The power of this Court in reviewing a decision by the commission is limited. Hagerty v State Tenure Comm, 179 Mich App 109, 117; 445 NW2d 178 (1989); Tomczik v State Tenure Comm, 175 Mich App 495, 499; 438 NW2d 642 (1989). This Court must determine from the whole record whether there was competent, material, and substantial evidence received by the school board or the tenure commission, or both, to support the commission's finding that there was not reasonable and just cause to reverse the teacher's dismissal. Id.; Const 1963, art 6, § 28; MCL 24.306(1)(d); MSA 3.560(206)(1)(d). "Substantial evidence" is evidence that a reasonable mind would accept as sufficient to support a Conclusion. Tomczik, supra, p 499. The commission's findings of fact are conclusive, and an appellate court cannot decide questions of fact that were before the commission. Farrimond v East Jordan Public Schools Bd of Ed, 138 Mich App 51, 56; 359 NW2d 245 (1984); Freiberg v Big Bay De Noc School Dist Bd of Ed, 61 Mich App 404, 416; 232 NW2d 718 (1975), after remand 91 Mich App 462; 283 NW2d 775 (1979).

Student "Laura" testified that respondent would shake her hand and, holding on to it and caressing it, talk to her in a low whisper, telling her she was special. Laura also testified that respondent complimented her physique. She also claimed that while they sat on a bench during gym class, respondent stroked her leg, telling her it was soft, and, on another occasion, he rubbed her inner thigh. Laura stated that other students were present during these two incidents. Laura claimed that respondent told her he wanted to "get in her" when she spoke to him in the hallway that he was monitoring. Laura testified that she skipped two English classes because respondent was waiting outside the door to her classroom and she did not want to talk to him. Instead of attending class, Laura went to her counselor and informed her of the respondent's actions.
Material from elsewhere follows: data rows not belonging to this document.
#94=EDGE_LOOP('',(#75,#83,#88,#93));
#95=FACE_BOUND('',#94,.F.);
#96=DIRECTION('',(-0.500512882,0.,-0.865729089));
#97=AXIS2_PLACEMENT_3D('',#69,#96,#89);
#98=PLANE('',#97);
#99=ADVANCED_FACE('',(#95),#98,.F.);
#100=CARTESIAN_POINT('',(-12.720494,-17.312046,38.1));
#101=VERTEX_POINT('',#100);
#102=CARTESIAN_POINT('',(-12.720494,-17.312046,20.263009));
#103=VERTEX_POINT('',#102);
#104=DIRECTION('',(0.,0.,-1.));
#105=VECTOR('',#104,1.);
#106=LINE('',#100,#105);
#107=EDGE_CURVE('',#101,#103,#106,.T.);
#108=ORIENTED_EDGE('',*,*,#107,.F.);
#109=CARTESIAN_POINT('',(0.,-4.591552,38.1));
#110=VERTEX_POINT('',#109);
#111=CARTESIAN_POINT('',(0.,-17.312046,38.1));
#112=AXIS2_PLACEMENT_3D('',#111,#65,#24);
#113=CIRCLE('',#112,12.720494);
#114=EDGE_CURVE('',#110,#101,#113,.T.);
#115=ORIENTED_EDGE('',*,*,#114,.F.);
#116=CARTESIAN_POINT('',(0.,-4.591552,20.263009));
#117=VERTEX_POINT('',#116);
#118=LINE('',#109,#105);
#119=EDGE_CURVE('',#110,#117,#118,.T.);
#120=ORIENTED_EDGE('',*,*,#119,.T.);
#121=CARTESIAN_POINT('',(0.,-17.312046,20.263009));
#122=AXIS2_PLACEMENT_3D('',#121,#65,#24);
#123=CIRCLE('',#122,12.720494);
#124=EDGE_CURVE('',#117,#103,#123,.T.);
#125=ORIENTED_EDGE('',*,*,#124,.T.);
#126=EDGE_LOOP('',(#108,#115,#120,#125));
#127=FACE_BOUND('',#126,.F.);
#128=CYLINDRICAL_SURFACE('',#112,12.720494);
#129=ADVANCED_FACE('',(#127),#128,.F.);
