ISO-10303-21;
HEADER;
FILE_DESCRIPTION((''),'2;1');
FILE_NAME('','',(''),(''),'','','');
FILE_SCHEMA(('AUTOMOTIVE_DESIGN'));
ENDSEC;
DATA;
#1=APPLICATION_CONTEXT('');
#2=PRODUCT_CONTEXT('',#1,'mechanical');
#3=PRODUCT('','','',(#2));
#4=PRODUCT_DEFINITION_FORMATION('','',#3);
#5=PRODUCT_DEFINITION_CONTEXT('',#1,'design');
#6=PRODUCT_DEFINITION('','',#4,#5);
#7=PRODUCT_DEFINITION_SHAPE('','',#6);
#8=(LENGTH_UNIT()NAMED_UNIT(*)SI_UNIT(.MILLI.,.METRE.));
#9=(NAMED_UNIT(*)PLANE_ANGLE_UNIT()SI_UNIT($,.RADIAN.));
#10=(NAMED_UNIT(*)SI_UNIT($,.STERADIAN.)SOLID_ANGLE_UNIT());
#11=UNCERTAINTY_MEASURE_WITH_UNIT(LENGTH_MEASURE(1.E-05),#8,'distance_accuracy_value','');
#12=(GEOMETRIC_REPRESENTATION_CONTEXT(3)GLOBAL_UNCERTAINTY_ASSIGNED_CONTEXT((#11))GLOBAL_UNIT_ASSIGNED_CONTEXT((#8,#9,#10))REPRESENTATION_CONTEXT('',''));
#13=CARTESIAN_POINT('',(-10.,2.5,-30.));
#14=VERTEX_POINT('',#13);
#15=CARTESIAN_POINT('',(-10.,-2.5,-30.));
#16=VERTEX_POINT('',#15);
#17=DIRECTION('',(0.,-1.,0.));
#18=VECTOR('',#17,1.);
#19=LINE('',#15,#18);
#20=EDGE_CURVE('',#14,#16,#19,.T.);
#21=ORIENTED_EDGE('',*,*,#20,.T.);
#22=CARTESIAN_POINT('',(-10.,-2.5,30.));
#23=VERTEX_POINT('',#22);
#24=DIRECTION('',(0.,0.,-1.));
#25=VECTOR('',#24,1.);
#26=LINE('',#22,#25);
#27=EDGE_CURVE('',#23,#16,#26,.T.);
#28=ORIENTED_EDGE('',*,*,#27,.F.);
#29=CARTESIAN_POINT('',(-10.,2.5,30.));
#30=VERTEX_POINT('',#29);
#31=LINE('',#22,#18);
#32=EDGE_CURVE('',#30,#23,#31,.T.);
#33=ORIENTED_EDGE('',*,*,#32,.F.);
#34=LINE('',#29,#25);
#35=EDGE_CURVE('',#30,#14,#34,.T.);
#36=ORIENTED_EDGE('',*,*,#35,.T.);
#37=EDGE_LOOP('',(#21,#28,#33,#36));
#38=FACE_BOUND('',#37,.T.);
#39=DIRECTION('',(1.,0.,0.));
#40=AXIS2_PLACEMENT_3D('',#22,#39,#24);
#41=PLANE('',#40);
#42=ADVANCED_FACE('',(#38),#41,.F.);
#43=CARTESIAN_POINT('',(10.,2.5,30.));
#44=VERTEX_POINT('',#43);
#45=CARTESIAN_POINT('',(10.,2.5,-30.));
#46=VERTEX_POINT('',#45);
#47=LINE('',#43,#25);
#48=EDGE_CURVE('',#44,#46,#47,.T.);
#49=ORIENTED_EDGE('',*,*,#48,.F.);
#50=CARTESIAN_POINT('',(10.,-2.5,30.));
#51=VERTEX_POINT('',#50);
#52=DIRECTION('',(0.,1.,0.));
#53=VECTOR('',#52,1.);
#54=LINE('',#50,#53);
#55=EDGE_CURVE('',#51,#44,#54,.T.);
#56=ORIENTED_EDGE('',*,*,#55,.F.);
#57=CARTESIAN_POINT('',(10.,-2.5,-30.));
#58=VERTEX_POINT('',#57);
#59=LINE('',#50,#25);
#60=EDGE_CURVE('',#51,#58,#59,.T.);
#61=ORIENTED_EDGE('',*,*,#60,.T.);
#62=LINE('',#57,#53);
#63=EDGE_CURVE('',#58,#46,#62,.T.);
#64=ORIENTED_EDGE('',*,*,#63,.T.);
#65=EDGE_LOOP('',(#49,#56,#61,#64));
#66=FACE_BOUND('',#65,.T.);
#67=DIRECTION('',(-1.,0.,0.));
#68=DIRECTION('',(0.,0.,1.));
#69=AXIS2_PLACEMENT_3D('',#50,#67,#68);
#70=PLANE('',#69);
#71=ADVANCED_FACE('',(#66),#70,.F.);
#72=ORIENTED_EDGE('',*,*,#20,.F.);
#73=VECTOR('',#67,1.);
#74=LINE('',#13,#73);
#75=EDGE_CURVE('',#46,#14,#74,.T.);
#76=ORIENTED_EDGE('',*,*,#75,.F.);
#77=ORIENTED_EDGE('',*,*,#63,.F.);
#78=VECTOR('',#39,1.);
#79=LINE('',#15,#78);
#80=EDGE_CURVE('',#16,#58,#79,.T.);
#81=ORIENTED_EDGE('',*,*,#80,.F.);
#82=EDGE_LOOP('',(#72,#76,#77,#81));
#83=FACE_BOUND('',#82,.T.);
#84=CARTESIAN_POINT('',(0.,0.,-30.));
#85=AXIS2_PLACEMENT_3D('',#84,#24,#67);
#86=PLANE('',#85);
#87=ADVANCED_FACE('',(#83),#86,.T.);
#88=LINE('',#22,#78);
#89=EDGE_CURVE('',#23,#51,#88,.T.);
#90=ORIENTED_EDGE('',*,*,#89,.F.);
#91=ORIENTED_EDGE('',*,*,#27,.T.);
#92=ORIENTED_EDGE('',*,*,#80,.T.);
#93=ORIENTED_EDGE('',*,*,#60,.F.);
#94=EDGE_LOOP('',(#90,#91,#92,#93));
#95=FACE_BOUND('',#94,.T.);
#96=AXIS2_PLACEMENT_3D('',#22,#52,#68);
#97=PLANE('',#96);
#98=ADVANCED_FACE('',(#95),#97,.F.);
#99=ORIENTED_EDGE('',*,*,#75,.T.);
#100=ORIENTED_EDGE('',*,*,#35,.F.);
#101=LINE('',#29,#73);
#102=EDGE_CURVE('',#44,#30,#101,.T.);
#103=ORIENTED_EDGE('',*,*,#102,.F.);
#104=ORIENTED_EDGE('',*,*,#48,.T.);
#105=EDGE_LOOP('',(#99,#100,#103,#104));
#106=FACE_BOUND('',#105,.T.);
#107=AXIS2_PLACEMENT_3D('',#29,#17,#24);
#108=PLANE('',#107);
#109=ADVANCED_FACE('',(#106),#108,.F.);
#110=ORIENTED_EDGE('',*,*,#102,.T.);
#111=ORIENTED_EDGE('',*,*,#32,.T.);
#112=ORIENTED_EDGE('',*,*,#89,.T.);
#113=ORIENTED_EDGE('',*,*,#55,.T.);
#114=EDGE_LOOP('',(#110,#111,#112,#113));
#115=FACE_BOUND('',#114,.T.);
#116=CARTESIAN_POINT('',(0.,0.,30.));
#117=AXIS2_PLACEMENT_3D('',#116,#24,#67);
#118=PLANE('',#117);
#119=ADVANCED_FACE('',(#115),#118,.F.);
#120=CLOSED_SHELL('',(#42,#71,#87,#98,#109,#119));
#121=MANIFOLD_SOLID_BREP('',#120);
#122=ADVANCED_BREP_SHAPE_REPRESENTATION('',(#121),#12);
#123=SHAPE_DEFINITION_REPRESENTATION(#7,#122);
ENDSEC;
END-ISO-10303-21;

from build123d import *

# Parameters (mm, degrees)
SKETCH1_W  = 20
SKETCH1_H  = 5
LINK_DEPTH = 30


with BuildPart() as part:
    # Sketch1 → Link (new body, symmetric)
    with BuildSketch(Plane.XY):
        Rectangle(SKETCH1_W, SKETCH1_H)
    extrude(amount=LINK_DEPTH, both=True)


solid = part.part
The signers of the Porterfield opinion found that Laura had a motive to fabricate her story, because she needed an excuse from being absent from her English class. The opinion also found that her testimony was contradicted by her English teacher, who testified that Laura had skipped class when papers were due. Her testimony was also contradicted by another student, Patricia, who testified that she was talking to respondent when he was monitoring the hall, that Laura approached and spoke to them, and that Laura did not engage in a conversation with respondent apart from her. The opinion also found her accusation that respondent rubbed her inner thigh during gym class to be incredible, because other students were present. After reading the testimony, the factual finding regarding Laura's credibility was supported by the evidence.

Another student, "Jennifer," who played basketball and softball, testified that respondent continuously told her she looked nice running on the basketball court and that she had nice legs. She also claimed that respondent would shake her hand and hold it, caressing it, that he twice attempted to pull her close to him, once in front of another student, Cathy, and that he told her that some day he would have her and that he would go to bed with her. Allegedly, respondent also told her boyfriend that he would take her away from him.

The signers of the Porterfield opinion found that Jennifer was not credible because her boyfriend had testified that respondent only told him he was lucky to be going out with a nice girl and she later had changed this part of her testimony before the commission. The witness Cathy testified that she had not seen respondent pull Jennifer toward him. The opinion also found her accusations lacked merit because, after the alleged statements had been made, respondent had been given a team softball, which Jennifer inscribed "if only you were younger." Jennifer also had given respondent her senior picture with a personal note on the back and had visited him once at his home after she graduated. After reading the testimony, the evidence supports the factual finding regarding Jennifer's credibility.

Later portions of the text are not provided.